About this task
Look below for the line containing "#51=LINE('',#13,#50);"; from there, print each line exactly up to and including the line containing "#66=ADVANCED_FACE('',(#64),#65,.F.);", and stop.

Information
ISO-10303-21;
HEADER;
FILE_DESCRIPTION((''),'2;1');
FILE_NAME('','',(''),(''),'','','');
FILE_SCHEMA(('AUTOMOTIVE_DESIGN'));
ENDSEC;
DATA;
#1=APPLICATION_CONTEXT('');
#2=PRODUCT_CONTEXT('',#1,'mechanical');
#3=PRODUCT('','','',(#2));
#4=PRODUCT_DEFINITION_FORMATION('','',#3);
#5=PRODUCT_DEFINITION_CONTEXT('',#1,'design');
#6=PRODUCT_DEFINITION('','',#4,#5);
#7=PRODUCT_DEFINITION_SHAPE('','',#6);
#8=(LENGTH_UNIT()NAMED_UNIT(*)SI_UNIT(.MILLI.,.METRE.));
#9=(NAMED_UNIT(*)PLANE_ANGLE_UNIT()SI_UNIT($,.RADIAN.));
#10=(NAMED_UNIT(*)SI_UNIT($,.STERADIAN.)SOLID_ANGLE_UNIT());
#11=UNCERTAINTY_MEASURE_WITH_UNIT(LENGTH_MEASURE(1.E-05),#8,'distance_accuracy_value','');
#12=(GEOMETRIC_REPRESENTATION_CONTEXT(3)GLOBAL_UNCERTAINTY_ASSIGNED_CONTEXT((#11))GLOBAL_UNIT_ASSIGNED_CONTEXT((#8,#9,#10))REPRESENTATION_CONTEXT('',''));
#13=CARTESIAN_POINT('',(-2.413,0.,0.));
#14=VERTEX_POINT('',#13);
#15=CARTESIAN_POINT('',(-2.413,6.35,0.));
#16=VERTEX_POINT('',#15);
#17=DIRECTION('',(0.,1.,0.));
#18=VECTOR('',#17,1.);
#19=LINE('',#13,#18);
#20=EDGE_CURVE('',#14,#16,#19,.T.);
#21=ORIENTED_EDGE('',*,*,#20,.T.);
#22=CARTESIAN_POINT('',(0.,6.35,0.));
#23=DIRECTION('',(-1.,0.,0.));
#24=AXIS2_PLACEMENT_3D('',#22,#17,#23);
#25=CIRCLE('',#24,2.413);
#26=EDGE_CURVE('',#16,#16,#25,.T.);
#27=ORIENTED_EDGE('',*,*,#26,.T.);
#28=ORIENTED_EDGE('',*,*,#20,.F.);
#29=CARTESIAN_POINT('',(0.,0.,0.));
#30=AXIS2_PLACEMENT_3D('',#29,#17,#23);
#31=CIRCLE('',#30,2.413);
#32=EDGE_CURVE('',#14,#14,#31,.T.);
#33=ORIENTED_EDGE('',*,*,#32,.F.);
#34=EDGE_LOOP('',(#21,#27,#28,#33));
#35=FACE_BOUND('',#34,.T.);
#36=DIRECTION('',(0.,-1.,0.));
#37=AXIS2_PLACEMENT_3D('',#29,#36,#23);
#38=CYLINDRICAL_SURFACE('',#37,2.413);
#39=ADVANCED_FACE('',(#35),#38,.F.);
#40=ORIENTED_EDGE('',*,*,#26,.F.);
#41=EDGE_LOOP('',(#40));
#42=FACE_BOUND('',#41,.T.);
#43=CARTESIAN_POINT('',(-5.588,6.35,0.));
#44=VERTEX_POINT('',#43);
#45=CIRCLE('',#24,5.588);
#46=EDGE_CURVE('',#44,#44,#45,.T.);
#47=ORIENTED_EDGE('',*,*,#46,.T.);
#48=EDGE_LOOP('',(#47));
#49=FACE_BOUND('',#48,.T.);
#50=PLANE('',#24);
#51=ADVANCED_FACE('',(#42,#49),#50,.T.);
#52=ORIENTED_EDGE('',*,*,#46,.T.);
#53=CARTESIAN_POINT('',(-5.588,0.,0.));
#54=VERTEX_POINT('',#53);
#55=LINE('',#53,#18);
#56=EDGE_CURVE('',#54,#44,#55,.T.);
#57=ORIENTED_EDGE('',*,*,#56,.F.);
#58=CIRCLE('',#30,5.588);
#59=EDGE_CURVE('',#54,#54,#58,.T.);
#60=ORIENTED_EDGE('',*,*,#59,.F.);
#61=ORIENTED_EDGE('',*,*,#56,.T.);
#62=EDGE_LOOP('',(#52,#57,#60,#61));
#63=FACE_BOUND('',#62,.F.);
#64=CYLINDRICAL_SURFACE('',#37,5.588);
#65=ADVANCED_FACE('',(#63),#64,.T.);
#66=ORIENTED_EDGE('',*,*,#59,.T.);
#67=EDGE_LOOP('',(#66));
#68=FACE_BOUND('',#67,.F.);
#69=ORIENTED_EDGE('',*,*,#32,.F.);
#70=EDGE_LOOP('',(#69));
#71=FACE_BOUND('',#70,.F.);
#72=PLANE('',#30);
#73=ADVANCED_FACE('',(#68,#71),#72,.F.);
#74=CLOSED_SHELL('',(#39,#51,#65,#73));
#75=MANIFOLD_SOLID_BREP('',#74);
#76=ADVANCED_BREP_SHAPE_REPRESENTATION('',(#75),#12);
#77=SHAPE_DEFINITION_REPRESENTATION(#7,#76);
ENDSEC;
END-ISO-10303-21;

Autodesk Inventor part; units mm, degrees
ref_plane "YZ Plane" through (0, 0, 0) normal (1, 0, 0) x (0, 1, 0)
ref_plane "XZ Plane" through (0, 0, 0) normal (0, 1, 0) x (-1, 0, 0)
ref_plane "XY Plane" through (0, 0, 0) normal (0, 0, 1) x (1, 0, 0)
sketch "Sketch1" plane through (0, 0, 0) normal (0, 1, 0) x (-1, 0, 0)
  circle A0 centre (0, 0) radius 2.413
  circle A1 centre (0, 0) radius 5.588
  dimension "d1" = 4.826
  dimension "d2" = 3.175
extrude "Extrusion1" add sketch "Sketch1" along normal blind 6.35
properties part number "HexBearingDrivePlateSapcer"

* * *

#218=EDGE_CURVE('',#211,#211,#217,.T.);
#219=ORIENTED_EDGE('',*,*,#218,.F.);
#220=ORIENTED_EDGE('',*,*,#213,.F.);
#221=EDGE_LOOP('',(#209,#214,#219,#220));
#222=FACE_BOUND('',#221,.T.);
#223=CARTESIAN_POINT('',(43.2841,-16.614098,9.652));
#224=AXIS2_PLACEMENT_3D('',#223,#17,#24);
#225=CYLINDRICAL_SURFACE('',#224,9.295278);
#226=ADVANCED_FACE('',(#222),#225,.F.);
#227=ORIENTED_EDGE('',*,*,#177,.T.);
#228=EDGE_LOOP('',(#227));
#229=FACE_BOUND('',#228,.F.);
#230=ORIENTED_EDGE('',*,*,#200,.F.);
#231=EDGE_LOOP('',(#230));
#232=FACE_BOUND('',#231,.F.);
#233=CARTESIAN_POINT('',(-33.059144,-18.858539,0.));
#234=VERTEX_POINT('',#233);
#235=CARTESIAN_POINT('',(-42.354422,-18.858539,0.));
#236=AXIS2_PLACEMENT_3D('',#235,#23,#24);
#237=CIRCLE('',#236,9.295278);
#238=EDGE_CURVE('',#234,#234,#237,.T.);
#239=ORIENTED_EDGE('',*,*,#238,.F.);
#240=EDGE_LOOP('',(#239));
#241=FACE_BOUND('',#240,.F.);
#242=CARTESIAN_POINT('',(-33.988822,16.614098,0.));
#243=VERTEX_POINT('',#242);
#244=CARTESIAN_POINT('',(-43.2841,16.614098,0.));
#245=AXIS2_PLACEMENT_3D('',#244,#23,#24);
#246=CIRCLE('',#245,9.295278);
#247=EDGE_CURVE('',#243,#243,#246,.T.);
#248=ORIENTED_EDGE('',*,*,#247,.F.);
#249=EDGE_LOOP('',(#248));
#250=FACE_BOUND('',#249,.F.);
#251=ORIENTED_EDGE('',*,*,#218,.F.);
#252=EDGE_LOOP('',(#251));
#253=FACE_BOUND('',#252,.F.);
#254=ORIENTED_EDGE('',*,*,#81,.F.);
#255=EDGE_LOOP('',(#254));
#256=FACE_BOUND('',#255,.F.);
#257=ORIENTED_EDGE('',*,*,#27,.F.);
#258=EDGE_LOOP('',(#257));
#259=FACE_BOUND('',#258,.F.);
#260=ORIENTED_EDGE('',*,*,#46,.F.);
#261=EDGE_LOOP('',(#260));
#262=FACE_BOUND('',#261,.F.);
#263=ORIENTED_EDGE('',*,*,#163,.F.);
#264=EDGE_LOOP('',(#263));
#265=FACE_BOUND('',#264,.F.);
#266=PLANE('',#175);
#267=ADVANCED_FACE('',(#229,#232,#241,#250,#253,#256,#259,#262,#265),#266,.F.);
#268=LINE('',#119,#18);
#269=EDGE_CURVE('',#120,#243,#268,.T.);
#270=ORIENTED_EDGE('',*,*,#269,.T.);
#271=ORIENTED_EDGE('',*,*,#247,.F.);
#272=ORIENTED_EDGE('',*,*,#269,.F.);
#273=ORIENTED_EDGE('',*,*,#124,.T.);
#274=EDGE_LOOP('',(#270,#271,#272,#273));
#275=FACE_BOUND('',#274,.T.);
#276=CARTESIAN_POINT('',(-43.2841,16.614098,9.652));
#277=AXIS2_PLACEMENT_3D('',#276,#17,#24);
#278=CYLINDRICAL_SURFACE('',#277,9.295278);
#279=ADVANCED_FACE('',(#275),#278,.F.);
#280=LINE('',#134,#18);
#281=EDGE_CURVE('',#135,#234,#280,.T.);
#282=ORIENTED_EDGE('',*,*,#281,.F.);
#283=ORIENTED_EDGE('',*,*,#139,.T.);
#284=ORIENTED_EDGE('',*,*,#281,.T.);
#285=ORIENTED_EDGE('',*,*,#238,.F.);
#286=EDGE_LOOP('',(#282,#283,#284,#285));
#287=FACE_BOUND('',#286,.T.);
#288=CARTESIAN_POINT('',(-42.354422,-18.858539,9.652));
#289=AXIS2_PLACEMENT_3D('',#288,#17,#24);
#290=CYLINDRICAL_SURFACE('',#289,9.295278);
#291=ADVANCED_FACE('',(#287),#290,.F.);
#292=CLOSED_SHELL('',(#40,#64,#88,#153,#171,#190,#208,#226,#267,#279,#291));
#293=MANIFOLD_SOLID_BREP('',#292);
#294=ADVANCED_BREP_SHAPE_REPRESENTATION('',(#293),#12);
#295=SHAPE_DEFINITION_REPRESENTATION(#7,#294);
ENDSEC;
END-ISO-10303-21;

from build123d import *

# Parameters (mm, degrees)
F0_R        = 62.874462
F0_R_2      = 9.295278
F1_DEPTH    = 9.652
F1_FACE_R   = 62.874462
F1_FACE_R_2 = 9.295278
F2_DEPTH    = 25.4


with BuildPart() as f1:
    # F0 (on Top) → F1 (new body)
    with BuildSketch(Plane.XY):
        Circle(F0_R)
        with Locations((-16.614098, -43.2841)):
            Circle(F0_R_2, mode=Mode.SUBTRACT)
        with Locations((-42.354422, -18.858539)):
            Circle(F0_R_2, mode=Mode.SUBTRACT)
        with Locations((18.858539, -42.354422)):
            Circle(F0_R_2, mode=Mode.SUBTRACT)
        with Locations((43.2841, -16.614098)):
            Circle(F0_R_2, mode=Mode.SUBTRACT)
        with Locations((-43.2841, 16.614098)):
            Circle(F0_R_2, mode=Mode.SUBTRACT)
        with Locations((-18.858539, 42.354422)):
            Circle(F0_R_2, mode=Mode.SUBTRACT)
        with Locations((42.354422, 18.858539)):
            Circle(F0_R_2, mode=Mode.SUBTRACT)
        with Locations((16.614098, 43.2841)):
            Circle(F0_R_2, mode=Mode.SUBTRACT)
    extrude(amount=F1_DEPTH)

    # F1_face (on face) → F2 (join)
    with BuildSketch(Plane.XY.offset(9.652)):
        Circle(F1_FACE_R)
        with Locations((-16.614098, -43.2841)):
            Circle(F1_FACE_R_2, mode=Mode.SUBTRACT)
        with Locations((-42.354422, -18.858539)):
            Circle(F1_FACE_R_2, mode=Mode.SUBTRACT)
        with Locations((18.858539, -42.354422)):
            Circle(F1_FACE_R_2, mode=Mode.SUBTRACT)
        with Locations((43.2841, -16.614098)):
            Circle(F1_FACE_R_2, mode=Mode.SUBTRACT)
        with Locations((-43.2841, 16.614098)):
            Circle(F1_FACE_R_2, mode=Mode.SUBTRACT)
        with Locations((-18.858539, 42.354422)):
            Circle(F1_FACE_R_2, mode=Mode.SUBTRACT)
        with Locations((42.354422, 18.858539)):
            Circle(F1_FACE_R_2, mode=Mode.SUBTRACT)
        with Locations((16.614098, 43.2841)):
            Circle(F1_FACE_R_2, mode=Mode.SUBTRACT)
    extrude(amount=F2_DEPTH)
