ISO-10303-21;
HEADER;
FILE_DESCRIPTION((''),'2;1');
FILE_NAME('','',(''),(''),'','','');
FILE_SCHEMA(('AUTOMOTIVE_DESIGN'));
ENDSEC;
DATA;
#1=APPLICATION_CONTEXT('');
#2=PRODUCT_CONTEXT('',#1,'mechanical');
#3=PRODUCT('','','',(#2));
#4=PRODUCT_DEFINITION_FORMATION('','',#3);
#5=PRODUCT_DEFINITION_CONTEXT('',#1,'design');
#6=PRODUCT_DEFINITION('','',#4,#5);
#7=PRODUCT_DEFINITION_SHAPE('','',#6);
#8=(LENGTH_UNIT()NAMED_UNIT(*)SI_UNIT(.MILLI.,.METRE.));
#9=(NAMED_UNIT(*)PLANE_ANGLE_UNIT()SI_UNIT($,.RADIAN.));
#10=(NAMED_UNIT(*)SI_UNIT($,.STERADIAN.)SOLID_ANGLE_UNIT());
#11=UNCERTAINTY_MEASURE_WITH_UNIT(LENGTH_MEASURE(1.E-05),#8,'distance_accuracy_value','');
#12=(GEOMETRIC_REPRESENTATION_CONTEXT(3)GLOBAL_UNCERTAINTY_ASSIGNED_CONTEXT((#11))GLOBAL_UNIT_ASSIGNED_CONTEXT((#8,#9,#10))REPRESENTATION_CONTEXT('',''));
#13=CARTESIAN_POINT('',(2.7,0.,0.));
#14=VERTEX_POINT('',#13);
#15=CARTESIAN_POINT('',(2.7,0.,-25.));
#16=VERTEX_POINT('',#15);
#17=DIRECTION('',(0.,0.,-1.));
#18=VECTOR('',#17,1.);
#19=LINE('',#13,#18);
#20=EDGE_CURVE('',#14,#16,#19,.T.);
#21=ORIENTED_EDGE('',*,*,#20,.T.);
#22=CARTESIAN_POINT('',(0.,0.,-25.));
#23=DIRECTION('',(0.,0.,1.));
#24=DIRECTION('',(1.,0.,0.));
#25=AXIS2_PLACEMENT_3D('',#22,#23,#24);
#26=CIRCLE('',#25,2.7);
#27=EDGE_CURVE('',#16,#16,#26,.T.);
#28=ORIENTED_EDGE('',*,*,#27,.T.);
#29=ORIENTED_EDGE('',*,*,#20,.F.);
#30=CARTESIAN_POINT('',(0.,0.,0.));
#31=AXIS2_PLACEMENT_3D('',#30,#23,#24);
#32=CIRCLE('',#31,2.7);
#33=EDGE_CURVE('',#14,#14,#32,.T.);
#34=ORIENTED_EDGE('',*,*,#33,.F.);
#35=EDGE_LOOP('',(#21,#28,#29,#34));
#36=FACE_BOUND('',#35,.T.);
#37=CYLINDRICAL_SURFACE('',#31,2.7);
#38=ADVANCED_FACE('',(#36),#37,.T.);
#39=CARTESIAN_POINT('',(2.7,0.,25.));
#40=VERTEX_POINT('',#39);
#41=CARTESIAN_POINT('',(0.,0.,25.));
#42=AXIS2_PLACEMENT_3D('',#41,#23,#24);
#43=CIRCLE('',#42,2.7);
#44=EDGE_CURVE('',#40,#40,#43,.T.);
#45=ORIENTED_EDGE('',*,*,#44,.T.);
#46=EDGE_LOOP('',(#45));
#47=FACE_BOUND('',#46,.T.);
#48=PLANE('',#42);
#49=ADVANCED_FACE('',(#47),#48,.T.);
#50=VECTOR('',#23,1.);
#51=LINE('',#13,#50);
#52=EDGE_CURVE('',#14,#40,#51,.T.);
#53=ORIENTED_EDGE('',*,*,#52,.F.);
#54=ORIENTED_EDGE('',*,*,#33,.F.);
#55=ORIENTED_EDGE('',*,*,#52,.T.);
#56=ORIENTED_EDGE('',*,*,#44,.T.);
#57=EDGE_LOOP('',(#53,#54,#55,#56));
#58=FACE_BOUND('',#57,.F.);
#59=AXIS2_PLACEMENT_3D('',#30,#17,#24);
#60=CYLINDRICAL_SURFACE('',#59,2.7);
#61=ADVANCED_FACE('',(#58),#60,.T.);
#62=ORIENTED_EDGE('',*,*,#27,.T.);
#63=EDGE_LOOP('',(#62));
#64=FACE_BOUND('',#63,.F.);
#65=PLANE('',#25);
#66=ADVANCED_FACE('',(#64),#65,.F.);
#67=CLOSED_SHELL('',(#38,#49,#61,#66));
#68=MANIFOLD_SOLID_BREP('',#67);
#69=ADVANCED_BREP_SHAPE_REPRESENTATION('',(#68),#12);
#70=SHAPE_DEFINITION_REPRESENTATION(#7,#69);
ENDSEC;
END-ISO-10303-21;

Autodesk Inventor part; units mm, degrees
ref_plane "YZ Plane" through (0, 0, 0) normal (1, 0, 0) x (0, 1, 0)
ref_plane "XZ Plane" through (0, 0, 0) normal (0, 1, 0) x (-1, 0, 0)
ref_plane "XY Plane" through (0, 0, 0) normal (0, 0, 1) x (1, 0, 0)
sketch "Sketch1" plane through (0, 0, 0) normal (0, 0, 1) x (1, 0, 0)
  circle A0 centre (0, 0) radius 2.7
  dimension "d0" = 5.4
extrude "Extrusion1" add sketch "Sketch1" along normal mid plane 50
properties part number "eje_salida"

--

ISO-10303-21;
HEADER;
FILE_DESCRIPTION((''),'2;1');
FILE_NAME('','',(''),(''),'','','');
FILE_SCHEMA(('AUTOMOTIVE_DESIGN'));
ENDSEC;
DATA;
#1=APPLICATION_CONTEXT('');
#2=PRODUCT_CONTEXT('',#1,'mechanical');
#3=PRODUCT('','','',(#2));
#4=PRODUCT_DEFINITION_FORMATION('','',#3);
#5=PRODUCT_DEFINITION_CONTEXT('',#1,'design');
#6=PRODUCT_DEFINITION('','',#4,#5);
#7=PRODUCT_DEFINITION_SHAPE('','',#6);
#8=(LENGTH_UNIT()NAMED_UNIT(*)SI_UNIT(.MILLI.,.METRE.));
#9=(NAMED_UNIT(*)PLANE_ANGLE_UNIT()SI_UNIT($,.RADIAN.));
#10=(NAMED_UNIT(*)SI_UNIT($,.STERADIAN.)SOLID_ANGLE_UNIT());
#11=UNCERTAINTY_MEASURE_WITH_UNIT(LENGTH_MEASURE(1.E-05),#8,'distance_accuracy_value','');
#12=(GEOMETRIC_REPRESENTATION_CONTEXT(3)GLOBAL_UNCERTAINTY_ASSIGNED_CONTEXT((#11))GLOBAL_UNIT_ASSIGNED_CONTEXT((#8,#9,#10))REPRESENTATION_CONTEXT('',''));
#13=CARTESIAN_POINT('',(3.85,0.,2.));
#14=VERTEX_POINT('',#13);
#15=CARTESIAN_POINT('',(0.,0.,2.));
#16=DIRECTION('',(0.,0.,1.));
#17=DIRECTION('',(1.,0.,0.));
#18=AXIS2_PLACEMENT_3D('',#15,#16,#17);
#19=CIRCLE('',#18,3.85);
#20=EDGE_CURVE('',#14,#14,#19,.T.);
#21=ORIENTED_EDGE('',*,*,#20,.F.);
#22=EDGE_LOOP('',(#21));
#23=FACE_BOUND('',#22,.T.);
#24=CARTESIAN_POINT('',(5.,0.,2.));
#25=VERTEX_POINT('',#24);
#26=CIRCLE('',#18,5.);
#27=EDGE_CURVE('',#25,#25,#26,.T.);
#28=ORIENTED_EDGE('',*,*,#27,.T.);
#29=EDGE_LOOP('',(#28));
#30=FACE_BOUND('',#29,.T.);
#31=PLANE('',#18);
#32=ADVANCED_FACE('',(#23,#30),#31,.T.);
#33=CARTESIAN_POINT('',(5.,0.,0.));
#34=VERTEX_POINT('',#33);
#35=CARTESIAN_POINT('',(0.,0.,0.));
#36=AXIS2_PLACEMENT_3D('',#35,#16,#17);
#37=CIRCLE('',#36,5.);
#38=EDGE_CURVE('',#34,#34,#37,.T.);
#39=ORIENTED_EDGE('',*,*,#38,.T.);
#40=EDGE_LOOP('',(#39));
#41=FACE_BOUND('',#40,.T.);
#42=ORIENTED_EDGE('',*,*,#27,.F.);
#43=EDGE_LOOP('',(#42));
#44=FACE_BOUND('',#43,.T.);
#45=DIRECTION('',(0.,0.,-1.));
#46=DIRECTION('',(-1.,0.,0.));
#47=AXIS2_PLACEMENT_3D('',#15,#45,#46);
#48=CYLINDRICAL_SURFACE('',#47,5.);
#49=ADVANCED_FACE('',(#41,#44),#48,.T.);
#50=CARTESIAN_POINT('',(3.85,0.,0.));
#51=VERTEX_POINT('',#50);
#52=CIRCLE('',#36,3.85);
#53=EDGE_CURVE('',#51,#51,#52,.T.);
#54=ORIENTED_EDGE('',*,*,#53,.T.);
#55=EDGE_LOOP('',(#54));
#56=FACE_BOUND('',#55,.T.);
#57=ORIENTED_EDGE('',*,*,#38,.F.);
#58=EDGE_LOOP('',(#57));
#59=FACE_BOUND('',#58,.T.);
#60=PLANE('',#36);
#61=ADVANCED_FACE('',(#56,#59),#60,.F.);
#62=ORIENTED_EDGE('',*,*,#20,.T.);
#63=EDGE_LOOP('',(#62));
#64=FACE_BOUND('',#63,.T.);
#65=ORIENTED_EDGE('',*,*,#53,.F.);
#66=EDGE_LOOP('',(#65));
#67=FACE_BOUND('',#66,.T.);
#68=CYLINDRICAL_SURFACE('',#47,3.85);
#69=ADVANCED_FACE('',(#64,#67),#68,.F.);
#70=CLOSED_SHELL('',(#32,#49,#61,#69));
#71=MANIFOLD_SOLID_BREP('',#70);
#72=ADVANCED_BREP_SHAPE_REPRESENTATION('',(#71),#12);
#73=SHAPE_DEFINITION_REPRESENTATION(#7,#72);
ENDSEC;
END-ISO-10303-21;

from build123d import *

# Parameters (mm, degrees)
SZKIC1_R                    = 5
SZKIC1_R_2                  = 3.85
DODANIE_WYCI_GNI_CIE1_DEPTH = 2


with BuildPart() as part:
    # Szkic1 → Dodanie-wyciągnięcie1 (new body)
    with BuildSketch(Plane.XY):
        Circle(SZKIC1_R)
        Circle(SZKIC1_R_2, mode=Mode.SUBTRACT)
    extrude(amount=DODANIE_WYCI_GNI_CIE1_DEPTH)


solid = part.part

Written solution
#51=LINE('',#13,#50);
#52=EDGE_CURVE('',#14,#40,#51,.T.);
#53=ORIENTED_EDGE('',*,*,#52,.F.);
#54=ORIENTED_EDGE('',*,*,#33,.F.);
#55=ORIENTED_EDGE('',*,*,#52,.T.);
#56=ORIENTED_EDGE('',*,*,#44,.T.);
#57=EDGE_LOOP('',(#53,#54,#55,#56));
#58=FACE_BOUND('',#57,.F.);
#59=AXIS2_PLACEMENT_3D('',#30,#17,#24);
#60=CYLINDRICAL_SURFACE('',#59,2.7);
#61=ADVANCED_FACE('',(#58),#60,.T.);
#62=ORIENTED_EDGE('',*,*,#27,.T.);
#63=EDGE_LOOP('',(#62));
#64=FACE_BOUND('',#63,.F.);
#65=PLANE('',#25);
#66=ADVANCED_FACE('',(#64),#65,.F.);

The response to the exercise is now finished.